**What you are asked to do**
Copy each line of the data beneath in which the word "dimension" appears.

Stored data
________

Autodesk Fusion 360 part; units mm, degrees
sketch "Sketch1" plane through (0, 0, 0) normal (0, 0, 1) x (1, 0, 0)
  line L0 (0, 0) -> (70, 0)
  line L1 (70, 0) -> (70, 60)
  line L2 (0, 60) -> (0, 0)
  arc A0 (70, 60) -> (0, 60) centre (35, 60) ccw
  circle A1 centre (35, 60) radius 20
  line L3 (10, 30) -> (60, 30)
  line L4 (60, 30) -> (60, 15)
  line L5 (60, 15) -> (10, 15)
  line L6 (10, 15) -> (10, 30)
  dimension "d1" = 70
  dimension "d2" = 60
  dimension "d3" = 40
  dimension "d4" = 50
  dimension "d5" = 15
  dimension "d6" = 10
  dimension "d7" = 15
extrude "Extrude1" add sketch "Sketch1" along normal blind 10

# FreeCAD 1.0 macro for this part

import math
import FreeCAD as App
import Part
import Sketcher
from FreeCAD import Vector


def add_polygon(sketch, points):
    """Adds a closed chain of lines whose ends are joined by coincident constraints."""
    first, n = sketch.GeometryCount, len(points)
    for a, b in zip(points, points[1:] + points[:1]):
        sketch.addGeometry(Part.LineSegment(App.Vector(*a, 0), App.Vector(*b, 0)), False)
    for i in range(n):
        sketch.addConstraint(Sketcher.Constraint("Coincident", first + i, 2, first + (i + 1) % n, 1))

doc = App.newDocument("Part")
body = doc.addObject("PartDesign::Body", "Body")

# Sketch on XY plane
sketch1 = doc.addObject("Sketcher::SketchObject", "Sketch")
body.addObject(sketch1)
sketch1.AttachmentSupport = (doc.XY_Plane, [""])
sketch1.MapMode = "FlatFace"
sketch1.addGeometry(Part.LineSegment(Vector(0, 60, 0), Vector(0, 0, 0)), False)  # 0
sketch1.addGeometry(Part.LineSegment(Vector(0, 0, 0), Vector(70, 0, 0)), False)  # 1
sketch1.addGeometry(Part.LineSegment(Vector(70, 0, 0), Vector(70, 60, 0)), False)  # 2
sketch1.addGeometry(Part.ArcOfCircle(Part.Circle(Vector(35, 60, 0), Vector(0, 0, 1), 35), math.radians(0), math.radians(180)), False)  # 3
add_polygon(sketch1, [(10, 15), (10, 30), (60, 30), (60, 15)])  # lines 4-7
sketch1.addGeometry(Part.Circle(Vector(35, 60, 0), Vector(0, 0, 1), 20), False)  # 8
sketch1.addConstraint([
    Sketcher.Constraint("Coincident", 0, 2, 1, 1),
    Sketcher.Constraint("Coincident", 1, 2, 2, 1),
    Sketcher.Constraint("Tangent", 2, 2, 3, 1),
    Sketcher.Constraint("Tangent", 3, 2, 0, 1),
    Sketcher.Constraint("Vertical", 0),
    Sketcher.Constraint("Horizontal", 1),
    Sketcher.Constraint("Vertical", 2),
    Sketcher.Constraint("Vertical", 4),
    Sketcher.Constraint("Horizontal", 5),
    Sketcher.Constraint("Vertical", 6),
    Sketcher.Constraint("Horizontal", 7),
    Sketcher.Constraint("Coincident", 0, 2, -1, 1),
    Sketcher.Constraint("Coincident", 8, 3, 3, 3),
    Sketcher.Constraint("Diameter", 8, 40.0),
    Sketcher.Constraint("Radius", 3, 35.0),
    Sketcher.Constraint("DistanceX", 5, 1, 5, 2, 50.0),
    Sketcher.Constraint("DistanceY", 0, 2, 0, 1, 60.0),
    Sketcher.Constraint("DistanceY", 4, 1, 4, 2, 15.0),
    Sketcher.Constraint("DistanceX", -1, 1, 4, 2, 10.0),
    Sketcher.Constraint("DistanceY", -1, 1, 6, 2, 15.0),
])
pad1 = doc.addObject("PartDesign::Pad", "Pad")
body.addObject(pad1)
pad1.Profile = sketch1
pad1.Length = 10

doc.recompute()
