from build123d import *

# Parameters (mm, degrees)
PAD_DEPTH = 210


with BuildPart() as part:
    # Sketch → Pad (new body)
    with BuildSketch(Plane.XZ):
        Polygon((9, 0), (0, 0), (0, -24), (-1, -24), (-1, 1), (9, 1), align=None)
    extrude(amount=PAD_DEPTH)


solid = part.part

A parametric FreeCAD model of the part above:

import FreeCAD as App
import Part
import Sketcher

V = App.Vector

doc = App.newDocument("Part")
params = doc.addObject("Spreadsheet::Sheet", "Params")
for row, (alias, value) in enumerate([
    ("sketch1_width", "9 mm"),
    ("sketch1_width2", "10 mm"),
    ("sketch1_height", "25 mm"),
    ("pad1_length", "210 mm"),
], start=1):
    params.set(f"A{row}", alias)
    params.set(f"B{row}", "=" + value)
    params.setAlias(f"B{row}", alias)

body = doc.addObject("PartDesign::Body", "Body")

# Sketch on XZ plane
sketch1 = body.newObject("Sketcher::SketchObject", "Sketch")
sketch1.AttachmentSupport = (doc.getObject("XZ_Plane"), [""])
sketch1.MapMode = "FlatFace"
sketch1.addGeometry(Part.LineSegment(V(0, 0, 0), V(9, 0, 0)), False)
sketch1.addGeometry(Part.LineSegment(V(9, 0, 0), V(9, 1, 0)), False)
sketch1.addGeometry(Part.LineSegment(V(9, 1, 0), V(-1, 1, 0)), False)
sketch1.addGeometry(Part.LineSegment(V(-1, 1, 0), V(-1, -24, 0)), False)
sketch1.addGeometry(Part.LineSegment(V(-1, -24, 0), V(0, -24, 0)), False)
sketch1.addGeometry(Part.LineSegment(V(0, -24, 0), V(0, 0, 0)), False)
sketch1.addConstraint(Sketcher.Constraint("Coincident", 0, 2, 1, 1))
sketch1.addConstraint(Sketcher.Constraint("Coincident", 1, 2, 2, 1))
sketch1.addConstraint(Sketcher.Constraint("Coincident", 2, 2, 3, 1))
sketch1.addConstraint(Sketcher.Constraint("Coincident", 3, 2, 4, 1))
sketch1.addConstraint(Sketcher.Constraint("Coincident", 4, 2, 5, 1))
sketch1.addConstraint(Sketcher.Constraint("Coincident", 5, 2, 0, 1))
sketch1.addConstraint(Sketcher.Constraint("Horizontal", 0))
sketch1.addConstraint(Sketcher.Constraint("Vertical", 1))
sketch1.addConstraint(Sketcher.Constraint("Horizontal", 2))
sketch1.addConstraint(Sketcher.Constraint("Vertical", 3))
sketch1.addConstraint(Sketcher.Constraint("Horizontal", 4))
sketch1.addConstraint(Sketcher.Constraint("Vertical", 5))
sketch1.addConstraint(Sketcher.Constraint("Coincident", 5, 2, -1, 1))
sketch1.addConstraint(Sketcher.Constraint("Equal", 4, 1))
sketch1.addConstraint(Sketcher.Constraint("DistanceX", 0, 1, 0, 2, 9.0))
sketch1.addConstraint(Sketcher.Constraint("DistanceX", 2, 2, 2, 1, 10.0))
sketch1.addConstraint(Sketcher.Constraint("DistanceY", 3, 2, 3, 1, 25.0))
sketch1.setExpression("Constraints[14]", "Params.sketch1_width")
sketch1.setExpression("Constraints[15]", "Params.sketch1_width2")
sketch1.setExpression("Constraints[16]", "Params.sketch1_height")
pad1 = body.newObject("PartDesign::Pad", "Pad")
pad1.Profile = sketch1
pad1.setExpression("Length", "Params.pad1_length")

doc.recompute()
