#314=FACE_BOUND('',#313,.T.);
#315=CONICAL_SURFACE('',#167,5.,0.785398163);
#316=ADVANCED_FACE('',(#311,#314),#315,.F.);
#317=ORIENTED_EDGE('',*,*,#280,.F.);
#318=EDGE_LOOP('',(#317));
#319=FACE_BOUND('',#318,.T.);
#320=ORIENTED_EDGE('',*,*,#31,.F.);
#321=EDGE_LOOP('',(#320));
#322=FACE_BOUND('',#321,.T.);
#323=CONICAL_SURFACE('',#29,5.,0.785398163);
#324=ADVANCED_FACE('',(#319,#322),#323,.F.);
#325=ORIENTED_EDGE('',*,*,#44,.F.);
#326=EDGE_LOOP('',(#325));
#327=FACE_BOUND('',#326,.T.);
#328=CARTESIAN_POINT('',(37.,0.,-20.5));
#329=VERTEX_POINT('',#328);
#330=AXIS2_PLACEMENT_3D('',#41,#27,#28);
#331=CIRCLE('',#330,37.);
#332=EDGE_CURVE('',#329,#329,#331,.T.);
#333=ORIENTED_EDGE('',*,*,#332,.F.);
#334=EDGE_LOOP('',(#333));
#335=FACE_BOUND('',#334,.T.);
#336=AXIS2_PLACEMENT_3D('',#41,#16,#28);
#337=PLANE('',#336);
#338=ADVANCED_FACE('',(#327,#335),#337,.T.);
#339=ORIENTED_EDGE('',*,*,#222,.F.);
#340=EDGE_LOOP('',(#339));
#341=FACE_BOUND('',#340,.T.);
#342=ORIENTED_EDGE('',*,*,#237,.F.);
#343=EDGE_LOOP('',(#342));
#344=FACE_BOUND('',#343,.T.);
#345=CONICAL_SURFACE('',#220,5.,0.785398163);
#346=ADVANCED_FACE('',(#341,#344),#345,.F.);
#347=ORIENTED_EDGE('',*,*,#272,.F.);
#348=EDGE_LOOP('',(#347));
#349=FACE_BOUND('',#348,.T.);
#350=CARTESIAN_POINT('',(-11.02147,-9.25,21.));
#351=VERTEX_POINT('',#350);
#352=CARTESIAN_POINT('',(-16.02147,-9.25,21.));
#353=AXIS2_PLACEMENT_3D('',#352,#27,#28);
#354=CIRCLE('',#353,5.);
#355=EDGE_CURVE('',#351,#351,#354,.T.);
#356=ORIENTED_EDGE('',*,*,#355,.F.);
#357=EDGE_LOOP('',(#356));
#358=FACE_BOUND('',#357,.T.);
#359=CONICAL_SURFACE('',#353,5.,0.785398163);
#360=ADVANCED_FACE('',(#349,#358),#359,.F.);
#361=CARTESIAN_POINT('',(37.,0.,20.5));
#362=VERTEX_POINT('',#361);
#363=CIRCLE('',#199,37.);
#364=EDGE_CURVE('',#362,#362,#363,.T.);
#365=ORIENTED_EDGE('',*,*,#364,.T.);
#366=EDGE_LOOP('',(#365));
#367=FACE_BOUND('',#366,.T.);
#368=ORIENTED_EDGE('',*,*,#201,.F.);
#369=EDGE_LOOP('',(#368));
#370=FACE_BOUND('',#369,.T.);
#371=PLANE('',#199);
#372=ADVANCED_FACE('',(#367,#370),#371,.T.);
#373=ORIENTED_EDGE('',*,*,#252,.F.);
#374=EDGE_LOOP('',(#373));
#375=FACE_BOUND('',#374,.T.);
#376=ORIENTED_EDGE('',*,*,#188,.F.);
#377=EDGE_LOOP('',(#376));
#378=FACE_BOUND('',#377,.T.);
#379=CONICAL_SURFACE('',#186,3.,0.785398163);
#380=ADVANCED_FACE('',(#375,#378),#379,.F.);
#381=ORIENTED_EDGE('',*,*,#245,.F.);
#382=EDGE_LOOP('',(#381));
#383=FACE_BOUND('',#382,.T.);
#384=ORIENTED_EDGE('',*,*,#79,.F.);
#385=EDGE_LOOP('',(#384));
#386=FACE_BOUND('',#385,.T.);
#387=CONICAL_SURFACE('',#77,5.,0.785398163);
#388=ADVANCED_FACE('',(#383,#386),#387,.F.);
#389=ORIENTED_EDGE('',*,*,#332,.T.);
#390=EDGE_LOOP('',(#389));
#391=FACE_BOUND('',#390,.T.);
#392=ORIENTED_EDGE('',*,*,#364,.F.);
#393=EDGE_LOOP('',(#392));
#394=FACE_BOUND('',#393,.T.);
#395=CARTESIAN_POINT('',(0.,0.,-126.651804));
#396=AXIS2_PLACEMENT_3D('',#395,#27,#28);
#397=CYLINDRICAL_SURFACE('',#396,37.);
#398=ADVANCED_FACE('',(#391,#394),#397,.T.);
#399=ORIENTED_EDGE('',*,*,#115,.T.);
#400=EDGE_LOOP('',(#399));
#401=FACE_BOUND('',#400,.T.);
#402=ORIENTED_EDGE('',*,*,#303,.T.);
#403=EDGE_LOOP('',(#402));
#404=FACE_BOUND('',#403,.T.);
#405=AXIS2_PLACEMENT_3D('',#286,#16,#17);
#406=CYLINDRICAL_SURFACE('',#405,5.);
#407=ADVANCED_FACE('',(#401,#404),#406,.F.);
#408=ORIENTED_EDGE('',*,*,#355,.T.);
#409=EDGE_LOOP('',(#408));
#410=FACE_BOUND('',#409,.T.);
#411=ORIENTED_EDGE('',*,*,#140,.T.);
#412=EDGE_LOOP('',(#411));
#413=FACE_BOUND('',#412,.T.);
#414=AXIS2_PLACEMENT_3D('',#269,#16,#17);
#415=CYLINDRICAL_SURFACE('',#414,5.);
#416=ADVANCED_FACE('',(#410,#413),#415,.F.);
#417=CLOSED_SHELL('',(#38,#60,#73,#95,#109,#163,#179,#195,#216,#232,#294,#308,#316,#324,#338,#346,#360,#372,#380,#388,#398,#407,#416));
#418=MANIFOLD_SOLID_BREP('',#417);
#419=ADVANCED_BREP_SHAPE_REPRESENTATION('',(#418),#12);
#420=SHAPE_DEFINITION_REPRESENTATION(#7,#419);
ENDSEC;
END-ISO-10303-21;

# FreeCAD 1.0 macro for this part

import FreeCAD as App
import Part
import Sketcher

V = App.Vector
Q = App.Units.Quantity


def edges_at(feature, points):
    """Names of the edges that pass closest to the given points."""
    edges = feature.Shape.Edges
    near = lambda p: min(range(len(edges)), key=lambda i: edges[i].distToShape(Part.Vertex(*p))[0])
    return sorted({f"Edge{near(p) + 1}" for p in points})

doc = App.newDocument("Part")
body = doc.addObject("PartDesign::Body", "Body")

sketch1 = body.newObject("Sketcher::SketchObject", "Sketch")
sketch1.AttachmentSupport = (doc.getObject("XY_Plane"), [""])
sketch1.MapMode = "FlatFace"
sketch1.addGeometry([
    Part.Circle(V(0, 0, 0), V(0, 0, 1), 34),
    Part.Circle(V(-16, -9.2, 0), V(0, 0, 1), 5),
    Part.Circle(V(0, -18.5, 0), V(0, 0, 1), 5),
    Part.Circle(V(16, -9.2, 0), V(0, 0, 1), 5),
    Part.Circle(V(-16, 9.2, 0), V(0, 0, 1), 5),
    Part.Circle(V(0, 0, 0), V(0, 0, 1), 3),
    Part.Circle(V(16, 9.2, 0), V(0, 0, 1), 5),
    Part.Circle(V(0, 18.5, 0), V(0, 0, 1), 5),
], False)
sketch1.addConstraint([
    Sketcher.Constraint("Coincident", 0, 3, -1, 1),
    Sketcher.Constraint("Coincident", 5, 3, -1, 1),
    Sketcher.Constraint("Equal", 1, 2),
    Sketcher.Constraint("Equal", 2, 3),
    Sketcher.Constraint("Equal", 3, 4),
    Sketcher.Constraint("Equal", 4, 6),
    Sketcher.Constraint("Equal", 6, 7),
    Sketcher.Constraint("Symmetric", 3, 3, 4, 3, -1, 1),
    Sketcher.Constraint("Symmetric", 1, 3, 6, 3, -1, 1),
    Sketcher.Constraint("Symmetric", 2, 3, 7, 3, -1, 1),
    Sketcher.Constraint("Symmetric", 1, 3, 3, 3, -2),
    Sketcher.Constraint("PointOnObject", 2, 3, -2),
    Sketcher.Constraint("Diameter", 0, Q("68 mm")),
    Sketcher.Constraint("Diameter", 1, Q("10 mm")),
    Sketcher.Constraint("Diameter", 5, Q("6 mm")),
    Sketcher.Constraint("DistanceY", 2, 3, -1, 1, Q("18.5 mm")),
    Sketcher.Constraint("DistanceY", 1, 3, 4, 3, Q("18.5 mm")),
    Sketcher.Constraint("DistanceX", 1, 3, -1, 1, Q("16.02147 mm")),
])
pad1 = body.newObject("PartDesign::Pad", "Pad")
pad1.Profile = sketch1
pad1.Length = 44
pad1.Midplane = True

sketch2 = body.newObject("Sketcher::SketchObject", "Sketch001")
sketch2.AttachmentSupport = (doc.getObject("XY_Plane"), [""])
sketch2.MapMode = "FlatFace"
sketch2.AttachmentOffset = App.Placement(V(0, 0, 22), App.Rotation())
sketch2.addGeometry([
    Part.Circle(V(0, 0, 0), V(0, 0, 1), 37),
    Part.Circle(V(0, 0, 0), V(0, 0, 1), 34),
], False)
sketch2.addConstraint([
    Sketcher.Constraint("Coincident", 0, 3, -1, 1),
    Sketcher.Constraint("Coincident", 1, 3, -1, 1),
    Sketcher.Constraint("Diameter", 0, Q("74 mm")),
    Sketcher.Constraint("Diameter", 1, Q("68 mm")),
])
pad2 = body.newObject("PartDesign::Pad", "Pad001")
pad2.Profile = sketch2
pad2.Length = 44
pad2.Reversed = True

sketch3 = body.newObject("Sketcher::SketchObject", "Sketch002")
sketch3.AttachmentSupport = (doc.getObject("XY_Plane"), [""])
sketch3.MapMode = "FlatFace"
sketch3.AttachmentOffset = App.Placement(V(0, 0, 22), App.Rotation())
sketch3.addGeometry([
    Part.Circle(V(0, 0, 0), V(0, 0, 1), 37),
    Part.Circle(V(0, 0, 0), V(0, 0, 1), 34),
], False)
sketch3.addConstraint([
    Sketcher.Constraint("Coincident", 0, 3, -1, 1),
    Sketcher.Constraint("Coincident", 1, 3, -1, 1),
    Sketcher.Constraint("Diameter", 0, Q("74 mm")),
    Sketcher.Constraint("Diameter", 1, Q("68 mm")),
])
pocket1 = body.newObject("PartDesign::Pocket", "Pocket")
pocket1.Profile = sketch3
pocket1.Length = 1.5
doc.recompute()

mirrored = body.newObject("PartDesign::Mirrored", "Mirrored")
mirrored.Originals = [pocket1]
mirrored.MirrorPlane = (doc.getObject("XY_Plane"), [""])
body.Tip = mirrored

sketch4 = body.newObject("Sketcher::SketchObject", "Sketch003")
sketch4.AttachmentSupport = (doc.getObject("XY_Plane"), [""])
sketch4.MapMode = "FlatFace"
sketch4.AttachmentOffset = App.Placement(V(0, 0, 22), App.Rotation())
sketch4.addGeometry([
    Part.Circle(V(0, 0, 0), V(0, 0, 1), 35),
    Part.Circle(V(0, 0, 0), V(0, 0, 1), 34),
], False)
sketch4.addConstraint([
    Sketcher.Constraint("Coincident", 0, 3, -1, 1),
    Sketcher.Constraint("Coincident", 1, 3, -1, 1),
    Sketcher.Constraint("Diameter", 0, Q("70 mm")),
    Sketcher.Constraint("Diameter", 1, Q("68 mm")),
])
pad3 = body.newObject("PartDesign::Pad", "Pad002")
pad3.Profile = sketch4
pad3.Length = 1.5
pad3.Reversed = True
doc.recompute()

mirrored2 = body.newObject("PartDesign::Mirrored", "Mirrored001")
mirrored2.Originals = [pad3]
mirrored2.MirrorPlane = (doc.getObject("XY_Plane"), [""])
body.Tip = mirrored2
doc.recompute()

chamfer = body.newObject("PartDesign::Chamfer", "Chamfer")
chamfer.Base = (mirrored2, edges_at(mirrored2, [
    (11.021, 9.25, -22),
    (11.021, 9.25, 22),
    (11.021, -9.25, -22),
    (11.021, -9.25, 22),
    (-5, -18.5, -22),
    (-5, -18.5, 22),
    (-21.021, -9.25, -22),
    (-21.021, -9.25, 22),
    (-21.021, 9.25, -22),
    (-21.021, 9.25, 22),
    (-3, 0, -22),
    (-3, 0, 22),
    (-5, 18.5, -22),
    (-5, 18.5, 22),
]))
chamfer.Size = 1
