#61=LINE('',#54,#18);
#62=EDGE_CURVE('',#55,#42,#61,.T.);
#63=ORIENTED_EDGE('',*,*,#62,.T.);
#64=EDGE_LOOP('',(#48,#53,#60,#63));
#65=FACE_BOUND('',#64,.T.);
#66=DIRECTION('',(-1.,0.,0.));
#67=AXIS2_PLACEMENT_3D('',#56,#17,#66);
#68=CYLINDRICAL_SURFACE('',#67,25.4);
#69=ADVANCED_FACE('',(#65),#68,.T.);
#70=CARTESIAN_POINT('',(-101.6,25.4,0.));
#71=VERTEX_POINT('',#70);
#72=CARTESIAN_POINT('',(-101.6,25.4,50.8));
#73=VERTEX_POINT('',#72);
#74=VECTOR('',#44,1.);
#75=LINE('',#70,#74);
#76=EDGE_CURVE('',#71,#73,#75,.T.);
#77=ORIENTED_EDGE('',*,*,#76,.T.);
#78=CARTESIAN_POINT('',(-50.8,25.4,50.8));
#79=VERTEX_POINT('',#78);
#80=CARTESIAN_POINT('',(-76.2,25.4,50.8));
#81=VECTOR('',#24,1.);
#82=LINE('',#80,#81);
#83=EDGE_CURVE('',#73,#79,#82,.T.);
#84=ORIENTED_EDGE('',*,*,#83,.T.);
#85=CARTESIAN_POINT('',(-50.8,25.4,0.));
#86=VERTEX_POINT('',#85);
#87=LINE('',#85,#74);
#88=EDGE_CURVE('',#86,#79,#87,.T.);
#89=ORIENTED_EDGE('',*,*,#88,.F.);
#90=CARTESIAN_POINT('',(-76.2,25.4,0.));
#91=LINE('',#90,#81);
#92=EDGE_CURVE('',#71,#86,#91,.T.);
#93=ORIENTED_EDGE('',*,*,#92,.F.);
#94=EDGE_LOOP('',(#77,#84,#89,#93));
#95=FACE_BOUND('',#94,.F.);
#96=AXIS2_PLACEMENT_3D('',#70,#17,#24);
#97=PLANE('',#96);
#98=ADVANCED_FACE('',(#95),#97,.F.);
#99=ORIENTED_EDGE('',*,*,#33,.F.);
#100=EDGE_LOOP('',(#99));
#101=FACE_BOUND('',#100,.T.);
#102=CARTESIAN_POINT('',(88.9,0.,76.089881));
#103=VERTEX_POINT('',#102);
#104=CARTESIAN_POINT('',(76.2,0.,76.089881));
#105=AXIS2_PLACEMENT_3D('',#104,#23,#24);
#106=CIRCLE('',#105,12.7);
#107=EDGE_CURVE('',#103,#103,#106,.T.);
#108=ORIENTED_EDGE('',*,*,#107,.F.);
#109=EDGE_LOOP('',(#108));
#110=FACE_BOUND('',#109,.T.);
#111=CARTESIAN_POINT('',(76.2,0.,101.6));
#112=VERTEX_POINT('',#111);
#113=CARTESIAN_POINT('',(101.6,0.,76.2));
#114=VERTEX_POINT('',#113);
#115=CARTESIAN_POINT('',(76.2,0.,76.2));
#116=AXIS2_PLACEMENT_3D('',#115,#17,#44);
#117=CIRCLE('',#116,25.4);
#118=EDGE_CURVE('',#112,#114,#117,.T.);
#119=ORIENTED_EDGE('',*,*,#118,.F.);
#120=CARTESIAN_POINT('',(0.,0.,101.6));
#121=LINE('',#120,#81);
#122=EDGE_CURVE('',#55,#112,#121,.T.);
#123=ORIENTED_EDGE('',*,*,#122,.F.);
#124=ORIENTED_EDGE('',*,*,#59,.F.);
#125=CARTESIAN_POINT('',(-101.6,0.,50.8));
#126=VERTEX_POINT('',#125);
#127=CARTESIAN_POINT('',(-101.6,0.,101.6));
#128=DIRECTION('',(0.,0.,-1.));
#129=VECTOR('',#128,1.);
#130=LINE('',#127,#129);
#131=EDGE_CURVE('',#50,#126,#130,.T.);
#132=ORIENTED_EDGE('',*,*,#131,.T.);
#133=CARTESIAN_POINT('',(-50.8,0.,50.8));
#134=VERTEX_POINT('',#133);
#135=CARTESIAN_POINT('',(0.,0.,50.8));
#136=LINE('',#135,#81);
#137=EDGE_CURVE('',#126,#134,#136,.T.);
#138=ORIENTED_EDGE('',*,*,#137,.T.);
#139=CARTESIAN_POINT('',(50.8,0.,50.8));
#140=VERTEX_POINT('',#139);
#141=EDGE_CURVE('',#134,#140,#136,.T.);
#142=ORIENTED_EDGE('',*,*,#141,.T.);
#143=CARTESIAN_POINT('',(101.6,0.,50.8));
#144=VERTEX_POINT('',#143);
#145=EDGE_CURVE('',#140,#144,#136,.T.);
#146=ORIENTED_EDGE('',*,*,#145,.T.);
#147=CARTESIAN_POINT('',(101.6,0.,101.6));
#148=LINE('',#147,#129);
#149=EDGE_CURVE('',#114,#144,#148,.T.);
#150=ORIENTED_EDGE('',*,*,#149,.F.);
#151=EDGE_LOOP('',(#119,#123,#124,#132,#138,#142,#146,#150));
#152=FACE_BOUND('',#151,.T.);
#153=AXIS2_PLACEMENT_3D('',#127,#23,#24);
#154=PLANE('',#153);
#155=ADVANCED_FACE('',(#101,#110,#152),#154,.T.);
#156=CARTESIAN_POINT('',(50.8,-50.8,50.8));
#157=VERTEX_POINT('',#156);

________

**Response area**
  dimension "d1" = 70
  dimension "d2" = 60
  dimension "d3" = 40
  dimension "d4" = 50
  dimension "d5" = 15
  dimension "d6" = 10
  dimension "d7" = 15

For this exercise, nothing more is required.